◆ **ASSIGNMENT**: Only those lines in the data below from the line containing "v16 (5,65,0)" through the line containing "e29 v27 v28 LINE", both included, should be restated word for word.
(Beginning of DATA SHOWN)
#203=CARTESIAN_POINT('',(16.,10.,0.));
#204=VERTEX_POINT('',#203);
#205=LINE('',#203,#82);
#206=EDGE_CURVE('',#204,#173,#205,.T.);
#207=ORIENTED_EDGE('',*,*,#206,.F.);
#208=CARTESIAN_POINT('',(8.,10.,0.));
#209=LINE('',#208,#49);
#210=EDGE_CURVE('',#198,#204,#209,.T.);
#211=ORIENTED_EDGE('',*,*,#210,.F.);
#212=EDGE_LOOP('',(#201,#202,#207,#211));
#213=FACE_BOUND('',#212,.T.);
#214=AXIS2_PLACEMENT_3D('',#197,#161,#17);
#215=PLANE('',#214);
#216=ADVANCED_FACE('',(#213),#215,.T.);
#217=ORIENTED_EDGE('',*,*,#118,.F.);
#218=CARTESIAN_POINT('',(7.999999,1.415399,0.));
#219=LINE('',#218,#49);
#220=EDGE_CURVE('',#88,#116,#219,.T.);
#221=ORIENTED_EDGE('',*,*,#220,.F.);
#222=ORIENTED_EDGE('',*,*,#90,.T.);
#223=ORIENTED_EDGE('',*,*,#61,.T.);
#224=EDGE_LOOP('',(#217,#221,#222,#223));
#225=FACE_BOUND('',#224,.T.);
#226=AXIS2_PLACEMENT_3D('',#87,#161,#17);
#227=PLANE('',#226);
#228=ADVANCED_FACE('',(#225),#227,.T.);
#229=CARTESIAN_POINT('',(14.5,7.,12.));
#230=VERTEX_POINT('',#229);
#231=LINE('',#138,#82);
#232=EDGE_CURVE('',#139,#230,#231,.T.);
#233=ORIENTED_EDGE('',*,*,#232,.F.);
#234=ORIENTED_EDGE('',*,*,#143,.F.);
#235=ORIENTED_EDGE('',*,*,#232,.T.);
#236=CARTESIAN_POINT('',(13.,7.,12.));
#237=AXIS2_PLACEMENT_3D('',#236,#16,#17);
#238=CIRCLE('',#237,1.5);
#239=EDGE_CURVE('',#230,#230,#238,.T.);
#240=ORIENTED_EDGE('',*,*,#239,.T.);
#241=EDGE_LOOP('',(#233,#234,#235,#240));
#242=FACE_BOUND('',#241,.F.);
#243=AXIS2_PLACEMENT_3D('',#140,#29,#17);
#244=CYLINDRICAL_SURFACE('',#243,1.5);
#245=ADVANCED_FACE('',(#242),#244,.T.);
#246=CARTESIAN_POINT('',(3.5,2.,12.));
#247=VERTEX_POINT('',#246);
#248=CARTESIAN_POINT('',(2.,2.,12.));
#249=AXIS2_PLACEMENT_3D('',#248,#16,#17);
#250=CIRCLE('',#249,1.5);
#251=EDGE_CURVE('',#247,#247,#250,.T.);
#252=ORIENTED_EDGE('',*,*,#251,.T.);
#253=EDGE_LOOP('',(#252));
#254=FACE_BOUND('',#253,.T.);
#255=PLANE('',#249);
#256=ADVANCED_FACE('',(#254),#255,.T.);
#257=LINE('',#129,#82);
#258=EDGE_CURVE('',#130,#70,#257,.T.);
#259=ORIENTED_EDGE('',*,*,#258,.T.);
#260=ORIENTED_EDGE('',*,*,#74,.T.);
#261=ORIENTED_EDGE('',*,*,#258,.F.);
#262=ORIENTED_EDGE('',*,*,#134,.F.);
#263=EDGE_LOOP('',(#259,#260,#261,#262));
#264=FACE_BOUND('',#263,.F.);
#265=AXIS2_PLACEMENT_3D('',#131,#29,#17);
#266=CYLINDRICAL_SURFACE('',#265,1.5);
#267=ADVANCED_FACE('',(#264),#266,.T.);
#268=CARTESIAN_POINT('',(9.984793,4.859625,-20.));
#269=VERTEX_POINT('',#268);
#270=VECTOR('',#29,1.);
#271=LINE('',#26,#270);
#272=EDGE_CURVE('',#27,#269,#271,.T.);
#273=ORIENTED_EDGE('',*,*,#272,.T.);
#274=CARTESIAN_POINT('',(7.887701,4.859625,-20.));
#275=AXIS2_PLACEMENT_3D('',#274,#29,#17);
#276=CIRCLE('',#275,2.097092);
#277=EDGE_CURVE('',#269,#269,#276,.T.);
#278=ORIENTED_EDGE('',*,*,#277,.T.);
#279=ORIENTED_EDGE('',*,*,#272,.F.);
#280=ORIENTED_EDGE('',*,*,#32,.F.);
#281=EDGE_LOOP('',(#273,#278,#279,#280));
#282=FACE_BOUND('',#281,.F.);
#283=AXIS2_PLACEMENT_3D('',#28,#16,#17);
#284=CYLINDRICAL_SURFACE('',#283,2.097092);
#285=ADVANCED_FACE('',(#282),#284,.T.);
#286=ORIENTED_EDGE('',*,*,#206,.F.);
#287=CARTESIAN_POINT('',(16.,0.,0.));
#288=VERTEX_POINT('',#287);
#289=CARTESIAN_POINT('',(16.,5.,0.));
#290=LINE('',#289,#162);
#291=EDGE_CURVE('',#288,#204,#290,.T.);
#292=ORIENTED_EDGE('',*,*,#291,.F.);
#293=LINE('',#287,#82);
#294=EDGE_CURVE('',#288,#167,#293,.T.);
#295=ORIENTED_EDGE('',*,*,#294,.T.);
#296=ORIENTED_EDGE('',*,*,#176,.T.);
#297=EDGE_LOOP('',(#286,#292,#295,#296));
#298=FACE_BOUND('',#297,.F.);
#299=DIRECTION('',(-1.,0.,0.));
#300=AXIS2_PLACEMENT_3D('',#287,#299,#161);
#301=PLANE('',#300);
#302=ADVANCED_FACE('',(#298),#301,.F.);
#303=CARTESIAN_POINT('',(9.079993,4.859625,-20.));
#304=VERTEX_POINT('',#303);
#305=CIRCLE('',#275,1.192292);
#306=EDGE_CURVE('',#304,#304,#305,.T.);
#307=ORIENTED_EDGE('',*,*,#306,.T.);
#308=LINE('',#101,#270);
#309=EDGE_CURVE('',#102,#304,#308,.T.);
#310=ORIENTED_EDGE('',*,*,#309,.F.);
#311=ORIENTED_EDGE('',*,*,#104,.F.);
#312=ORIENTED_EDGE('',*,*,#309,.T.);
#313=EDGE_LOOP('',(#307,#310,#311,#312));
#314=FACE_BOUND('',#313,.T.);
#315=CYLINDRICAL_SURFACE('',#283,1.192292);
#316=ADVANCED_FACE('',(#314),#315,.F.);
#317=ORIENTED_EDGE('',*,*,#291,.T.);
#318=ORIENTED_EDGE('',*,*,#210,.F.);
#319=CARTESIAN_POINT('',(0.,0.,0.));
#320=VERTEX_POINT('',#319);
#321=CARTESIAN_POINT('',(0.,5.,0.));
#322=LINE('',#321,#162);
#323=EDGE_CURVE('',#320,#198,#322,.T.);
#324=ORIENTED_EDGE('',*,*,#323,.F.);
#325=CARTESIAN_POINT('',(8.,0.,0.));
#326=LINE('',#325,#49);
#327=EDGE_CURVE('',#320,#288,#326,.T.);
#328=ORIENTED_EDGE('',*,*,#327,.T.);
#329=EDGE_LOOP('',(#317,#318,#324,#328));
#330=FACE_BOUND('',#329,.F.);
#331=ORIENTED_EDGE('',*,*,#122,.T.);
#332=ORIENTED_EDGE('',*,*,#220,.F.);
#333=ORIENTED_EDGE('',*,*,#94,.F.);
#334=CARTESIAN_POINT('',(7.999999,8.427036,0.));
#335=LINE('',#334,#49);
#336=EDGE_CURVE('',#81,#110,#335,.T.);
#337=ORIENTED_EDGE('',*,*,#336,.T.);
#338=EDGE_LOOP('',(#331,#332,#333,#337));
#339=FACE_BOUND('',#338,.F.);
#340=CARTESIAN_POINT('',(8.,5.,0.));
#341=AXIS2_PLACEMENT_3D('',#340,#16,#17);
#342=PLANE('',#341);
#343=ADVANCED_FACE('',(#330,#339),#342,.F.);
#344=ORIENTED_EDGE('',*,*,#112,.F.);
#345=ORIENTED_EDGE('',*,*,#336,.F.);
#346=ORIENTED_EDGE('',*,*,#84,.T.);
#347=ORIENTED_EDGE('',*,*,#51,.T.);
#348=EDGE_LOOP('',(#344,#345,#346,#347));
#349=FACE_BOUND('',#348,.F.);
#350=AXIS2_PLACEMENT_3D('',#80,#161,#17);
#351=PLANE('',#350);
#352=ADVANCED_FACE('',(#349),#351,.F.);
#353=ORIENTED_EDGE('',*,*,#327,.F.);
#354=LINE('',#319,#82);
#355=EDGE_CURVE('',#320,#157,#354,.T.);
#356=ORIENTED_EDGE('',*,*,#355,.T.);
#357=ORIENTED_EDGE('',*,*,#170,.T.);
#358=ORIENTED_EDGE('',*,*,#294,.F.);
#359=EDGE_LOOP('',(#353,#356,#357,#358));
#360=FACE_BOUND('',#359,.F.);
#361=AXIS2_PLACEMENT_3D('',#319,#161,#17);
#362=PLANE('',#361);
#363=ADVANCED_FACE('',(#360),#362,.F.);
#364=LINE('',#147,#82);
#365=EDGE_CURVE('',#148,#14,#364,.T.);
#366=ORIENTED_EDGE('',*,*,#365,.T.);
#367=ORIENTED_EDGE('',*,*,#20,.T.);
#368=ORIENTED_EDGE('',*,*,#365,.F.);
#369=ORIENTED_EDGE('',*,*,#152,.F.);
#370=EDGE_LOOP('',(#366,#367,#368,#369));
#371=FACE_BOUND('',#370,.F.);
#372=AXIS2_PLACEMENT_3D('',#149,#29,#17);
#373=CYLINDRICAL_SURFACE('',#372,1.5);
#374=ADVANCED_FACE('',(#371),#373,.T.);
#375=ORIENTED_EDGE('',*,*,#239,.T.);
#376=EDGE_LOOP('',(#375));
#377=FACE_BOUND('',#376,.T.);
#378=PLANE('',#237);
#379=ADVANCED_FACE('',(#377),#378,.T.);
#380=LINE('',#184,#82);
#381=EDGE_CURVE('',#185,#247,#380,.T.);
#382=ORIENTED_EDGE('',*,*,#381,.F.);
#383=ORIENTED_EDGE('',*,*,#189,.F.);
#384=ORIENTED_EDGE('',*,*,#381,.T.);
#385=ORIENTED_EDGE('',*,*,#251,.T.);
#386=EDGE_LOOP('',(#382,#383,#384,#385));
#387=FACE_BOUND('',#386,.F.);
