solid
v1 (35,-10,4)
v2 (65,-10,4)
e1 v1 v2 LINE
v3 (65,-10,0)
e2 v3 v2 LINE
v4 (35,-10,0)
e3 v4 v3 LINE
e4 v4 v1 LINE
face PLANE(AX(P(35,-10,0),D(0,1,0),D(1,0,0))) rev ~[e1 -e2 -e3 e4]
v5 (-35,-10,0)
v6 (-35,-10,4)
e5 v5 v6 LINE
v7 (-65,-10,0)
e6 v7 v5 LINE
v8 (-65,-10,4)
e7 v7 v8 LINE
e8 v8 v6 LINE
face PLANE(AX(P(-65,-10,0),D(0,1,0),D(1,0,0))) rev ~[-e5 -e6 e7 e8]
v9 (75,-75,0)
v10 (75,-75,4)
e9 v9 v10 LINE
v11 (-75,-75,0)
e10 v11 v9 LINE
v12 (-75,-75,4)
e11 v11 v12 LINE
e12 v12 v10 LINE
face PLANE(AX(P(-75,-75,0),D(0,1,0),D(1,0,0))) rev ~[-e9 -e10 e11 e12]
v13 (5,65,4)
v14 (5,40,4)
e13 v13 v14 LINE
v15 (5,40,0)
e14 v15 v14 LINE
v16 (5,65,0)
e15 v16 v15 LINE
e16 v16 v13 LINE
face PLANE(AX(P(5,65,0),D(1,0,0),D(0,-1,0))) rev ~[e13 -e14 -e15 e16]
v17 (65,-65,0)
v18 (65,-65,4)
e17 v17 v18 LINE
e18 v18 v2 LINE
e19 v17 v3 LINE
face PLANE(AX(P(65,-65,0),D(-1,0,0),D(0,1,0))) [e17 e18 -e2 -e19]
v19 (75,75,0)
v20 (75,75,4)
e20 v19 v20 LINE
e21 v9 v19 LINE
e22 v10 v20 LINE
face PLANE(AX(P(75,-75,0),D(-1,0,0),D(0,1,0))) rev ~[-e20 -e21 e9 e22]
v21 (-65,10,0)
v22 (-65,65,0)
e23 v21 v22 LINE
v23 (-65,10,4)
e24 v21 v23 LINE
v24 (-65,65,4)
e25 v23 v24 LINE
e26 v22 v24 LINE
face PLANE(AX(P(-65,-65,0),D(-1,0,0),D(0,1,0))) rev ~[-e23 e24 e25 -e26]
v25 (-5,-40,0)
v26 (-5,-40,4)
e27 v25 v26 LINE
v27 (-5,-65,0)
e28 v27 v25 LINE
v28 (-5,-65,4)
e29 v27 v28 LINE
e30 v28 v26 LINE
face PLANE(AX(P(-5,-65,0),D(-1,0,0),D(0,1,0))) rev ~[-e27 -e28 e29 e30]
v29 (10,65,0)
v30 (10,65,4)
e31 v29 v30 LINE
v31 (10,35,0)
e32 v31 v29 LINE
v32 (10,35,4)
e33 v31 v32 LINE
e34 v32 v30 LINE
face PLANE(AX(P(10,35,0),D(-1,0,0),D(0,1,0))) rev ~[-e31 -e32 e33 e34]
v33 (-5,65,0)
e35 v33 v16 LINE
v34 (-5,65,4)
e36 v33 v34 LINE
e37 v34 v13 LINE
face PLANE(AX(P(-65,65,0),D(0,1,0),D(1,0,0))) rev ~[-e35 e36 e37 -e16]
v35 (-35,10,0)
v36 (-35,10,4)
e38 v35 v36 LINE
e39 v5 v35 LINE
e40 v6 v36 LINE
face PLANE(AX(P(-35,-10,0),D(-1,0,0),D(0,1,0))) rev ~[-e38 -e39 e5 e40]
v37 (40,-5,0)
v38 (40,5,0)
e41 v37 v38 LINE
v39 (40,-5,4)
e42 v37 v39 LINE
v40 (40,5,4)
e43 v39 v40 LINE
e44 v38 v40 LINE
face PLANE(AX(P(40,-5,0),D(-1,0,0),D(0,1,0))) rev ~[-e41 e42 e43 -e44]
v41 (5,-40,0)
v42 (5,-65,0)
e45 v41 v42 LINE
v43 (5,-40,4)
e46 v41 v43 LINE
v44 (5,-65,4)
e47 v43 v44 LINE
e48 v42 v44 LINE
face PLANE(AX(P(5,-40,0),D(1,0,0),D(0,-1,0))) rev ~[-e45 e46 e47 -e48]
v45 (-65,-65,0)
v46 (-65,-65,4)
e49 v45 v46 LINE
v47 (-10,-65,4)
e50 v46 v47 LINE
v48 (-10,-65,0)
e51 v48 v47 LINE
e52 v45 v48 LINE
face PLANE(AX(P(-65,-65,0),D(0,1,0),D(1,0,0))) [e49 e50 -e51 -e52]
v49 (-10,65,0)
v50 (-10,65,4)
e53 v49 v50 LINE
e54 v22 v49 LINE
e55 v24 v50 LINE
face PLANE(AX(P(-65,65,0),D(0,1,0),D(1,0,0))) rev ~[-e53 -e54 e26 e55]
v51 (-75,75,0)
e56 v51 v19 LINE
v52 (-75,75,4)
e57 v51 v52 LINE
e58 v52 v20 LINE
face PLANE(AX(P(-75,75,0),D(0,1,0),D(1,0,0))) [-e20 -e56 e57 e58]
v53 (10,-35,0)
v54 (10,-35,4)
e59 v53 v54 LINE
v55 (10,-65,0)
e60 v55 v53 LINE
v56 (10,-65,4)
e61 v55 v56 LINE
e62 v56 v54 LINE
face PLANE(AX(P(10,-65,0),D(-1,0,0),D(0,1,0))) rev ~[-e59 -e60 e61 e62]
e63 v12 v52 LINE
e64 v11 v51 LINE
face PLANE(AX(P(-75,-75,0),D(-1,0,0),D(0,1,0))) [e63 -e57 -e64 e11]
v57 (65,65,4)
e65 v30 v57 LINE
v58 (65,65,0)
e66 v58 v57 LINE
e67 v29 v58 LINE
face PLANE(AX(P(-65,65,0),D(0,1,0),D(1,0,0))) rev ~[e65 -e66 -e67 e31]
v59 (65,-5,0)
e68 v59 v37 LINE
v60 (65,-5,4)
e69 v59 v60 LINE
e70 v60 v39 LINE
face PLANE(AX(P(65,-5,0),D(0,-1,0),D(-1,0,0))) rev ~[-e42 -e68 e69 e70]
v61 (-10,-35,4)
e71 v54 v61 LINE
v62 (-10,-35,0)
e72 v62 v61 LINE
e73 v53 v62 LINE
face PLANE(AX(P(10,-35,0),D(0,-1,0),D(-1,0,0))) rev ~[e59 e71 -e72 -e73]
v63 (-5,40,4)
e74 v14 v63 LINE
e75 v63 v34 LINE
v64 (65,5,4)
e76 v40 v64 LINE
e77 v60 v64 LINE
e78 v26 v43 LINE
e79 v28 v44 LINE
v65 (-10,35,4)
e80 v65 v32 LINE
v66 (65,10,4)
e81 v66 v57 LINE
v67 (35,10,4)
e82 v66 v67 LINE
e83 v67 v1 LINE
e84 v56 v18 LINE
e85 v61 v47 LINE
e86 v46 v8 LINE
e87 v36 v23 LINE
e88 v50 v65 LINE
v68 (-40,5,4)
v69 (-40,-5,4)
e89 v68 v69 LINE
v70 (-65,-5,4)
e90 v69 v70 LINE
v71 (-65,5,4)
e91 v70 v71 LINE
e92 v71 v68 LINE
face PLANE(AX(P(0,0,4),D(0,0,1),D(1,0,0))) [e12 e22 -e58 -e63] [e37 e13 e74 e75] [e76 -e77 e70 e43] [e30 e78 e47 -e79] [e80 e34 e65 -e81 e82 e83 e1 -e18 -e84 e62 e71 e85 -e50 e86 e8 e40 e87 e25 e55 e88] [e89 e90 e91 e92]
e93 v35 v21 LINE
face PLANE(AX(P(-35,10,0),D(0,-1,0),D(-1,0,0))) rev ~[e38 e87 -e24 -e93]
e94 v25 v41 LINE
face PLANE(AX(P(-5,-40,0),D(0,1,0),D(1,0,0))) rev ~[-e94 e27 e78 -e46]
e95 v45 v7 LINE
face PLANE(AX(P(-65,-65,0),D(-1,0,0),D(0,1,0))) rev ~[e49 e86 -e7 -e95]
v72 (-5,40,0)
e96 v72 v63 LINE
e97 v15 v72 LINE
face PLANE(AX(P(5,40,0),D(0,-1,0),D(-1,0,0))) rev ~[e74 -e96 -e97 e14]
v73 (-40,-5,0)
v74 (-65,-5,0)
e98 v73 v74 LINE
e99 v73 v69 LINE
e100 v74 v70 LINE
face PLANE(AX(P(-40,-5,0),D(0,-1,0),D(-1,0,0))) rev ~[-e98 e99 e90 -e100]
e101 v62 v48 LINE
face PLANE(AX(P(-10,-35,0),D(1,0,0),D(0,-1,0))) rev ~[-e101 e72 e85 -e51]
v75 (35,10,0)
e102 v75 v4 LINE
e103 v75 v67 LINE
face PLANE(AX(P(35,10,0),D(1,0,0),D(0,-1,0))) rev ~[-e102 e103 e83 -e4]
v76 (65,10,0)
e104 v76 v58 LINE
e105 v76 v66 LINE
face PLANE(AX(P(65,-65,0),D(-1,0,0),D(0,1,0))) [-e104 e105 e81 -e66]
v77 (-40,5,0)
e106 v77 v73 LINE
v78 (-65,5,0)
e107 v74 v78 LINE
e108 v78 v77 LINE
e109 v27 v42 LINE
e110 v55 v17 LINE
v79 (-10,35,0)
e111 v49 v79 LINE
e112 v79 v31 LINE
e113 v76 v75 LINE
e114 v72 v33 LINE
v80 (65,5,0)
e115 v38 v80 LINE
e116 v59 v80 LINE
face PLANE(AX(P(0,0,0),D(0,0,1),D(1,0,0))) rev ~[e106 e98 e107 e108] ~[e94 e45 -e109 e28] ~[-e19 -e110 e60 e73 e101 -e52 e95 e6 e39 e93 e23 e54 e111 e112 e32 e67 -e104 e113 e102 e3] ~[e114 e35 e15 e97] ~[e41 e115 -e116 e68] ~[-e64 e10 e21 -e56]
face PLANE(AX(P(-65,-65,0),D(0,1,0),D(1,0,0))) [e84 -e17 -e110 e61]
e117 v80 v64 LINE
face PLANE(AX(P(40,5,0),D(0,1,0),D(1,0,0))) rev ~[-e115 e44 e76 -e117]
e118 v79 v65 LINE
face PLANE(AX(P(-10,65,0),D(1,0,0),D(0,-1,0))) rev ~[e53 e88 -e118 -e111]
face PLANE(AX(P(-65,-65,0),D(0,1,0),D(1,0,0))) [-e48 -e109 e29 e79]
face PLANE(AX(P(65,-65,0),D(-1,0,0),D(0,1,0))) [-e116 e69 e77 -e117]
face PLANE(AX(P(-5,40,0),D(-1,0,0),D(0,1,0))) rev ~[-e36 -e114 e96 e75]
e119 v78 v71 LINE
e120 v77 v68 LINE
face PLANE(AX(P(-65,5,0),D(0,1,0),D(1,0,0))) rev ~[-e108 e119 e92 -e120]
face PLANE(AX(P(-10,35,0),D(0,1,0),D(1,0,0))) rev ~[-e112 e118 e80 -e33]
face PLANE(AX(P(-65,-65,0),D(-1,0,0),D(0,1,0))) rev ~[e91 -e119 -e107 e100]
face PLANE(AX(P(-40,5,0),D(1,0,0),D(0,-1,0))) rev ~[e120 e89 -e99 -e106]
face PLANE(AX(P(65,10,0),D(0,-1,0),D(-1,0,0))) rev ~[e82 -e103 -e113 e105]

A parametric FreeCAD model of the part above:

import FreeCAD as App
import Part
import Sketcher

V = App.Vector


def add_polygon(sketch, points):
    """Adds a closed chain of lines whose ends are joined by coincident constraints."""
    first, n = sketch.GeometryCount, len(points)
    for a, b in zip(points, points[1:] + points[:1]):
        sketch.addGeometry(Part.LineSegment(App.Vector(*a, 0), App.Vector(*b, 0)), False)
    for i in range(n):
        sketch.addConstraint(Sketcher.Constraint("Coincident", first + i, 2, first + (i + 1) % n, 1))

doc = App.newDocument("Part")
body = doc.addObject("PartDesign::Body", "Body")

# Sketch on XY plane
sketch1 = body.newObject("Sketcher::SketchObject", "Sketch")
sketch1.AttachmentSupport = (doc.getObject("XY_Plane"), [""])
sketch1.MapMode = "FlatFace"
add_polygon(sketch1, [(-75, 75), (-75, -75), (75, -75), (75, 75)])  # lines 0-3
add_polygon(sketch1, [(65, -65), (-65, -65), (-65, 65), (65, 65)])  # lines 4-7
sketch1.addConstraint([
    Sketcher.Constraint("Vertical", 0),
    Sketcher.Constraint("Horizontal", 1),
    Sketcher.Constraint("Vertical", 2),
    Sketcher.Constraint("Horizontal", 3),
    Sketcher.Constraint("Horizontal", 4),
    Sketcher.Constraint("Vertical", 5),
    Sketcher.Constraint("Horizontal", 6),
    Sketcher.Constraint("Vertical", 7),
    Sketcher.Constraint("Symmetric", 0, 2, 2, 2, -1, 1),
    Sketcher.Constraint("Symmetric", 4, 2, 6, 2, -1, 1),
    Sketcher.Constraint("Equal", 3, 0),
    Sketcher.Constraint("Equal", 6, 5),
    Sketcher.Constraint("DistanceX", 1, 1, 1, 2, 150.0),
    Sketcher.Constraint("DistanceX", 4, 2, 4, 1, 130.0),
])
pad1 = body.newObject("PartDesign::Pad", "Pad")
pad1.Profile = sketch1
pad1.Length = 4

# Sketch on XY plane
sketch2 = body.newObject("Sketcher::SketchObject", "Sketch001")
sketch2.AttachmentSupport = (doc.getObject("XY_Plane"), [""])
sketch2.MapMode = "FlatFace"
add_polygon(sketch2, [(-35, 10), (-65, 10), (-65, 5), (-40, 5), (-40, -5), (-65, -5), (-65, -10), (-35, -10)])  # lines 0-7
add_polygon(sketch2, [(-5, 65), (-10, 65), (-10, 35), (10, 35), (10, 65), (5, 65), (5, 40), (-5, 40)])  # lines 8-15
add_polygon(sketch2, [(65, 5), (65, 10), (35, 10), (35, -10), (65, -10), (65, -5), (40, -5), (40, 5)])  # lines 16-23
add_polygon(sketch2, [(5, -65), (10, -65), (10, -35), (-10, -35), (-10, -65), (-5, -65), (-5, -40), (5, -40)])  # lines 24-31
sketch2.addConstraint([
    Sketcher.Constraint("Horizontal", 0),
    Sketcher.Constraint("Vertical", 1),
    Sketcher.Constraint("Horizontal", 2),
    Sketcher.Constraint("Vertical", 3),
    Sketcher.Constraint("Horizontal", 4),
    Sketcher.Constraint("Vertical", 5),
    Sketcher.Constraint("Horizontal", 6),
    Sketcher.Constraint("Vertical", 7),
    Sketcher.Constraint("Horizontal", 8),
    Sketcher.Constraint("Vertical", 9),
    Sketcher.Constraint("Horizontal", 10),
    Sketcher.Constraint("Vertical", 11),
    Sketcher.Constraint("Horizontal", 12),
    Sketcher.Constraint("Vertical", 13),
    Sketcher.Constraint("Horizontal", 14),
    Sketcher.Constraint("Vertical", 15),
    Sketcher.Constraint("Vertical", 16),
    Sketcher.Constraint("Horizontal", 17),
    Sketcher.Constraint("Vertical", 18),
    Sketcher.Constraint("Horizontal", 19),
    Sketcher.Constraint("Vertical", 20),
    Sketcher.Constraint("Horizontal", 21),
    Sketcher.Constraint("Vertical", 22),
    Sketcher.Constraint("Horizontal", 23),
    Sketcher.Constraint("Horizontal", 24),
    Sketcher.Constraint("Vertical", 25),
    Sketcher.Constraint("Horizontal", 26),
    Sketcher.Constraint("Vertical", 27),
    Sketcher.Constraint("Horizontal", 28),
    Sketcher.Constraint("Vertical", 29),
    Sketcher.Constraint("Horizontal", 30),
    Sketcher.Constraint("Vertical", 31),
    Sketcher.Constraint("Symmetric", 5, 2, 16, 2, -1, 1),
    Sketcher.Constraint("Symmetric", 7, 2, 18, 2, -1, 1),
    Sketcher.Constraint("Symmetric", 1, 2, 20, 2, -1, 1),
    Sketcher.Constraint("Symmetric", 3, 2, 22, 2, -1, 1),
    Sketcher.Constraint("Symmetric", 8, 2, 24, 2, -1, 1),
    Sketcher.Constraint("Symmetric", 10, 2, 26, 2, -1, 1),
    Sketcher.Constraint("Symmetric", 12, 2, 28, 2, -1, 1),
    Sketcher.Constraint("Symmetric", 14, 2, 30, 2, -1, 1),
    Sketcher.Constraint("Symmetric", 8, 2, 11, 2, -2),
    Sketcher.Constraint("Symmetric", 0, 2, 16, 2, -2),
    Sketcher.Constraint("Horizontal", 4, 2, 20, 2),
    Sketcher.Constraint("Vertical", 15, 2, 28, 2),
    Sketcher.Constraint("Equal", 28, 1),
    Sketcher.Constraint("Equal", 30, 3),
    Sketcher.Constraint("Equal", 19, 9),
    Sketcher.Constraint("Equal", 23, 13),
    Sketcher.Constraint("DistanceX", 0, 2, 0, 1, 30.0),
    Sketcher.Constraint("DistanceX", 2, 1, 2, 2, 25.0),
    Sketcher.Constraint("DistanceX", 8, 2, 8, 1, 5.0),
    Sketcher.Constraint("DistanceX", 10, 1, 10, 2, 20.0),
    Sketcher.Constraint("DistanceX", 0, 2, -1, 1, 65.0),
    Sketcher.Constraint("DistanceY", -1, 1, 8, 2, 65.0),
])
pad2 = body.newObject("PartDesign::Pad", "Pad001")
pad2.Profile = sketch2
pad2.Length = 4

doc.recompute()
(End of DATA SHOWN)
◆ **RESULT OF THE TASK**:
v16 (5,65,0)
e15 v16 v15 LINE
e16 v16 v13 LINE
face PLANE(AX(P(5,65,0),D(1,0,0),D(0,-1,0))) rev ~[e13 -e14 -e15 e16]
v17 (65,-65,0)
v18 (65,-65,4)
e17 v17 v18 LINE
e18 v18 v2 LINE
e19 v17 v3 LINE
face PLANE(AX(P(65,-65,0),D(-1,0,0),D(0,1,0))) [e17 e18 -e2 -e19]
v19 (75,75,0)
v20 (75,75,4)
e20 v19 v20 LINE
e21 v9 v19 LINE
e22 v10 v20 LINE
face PLANE(AX(P(75,-75,0),D(-1,0,0),D(0,1,0))) rev ~[-e20 -e21 e9 e22]
v21 (-65,10,0)
v22 (-65,65,0)
e23 v21 v22 LINE
v23 (-65,10,4)
e24 v21 v23 LINE
v24 (-65,65,4)
e25 v23 v24 LINE
e26 v22 v24 LINE
face PLANE(AX(P(-65,-65,0),D(-1,0,0),D(0,1,0))) rev ~[-e23 e24 e25 -e26]
v25 (-5,-40,0)
v26 (-5,-40,4)
e27 v25 v26 LINE
v27 (-5,-65,0)
e28 v27 v25 LINE
v28 (-5,-65,4)
e29 v27 v28 LINE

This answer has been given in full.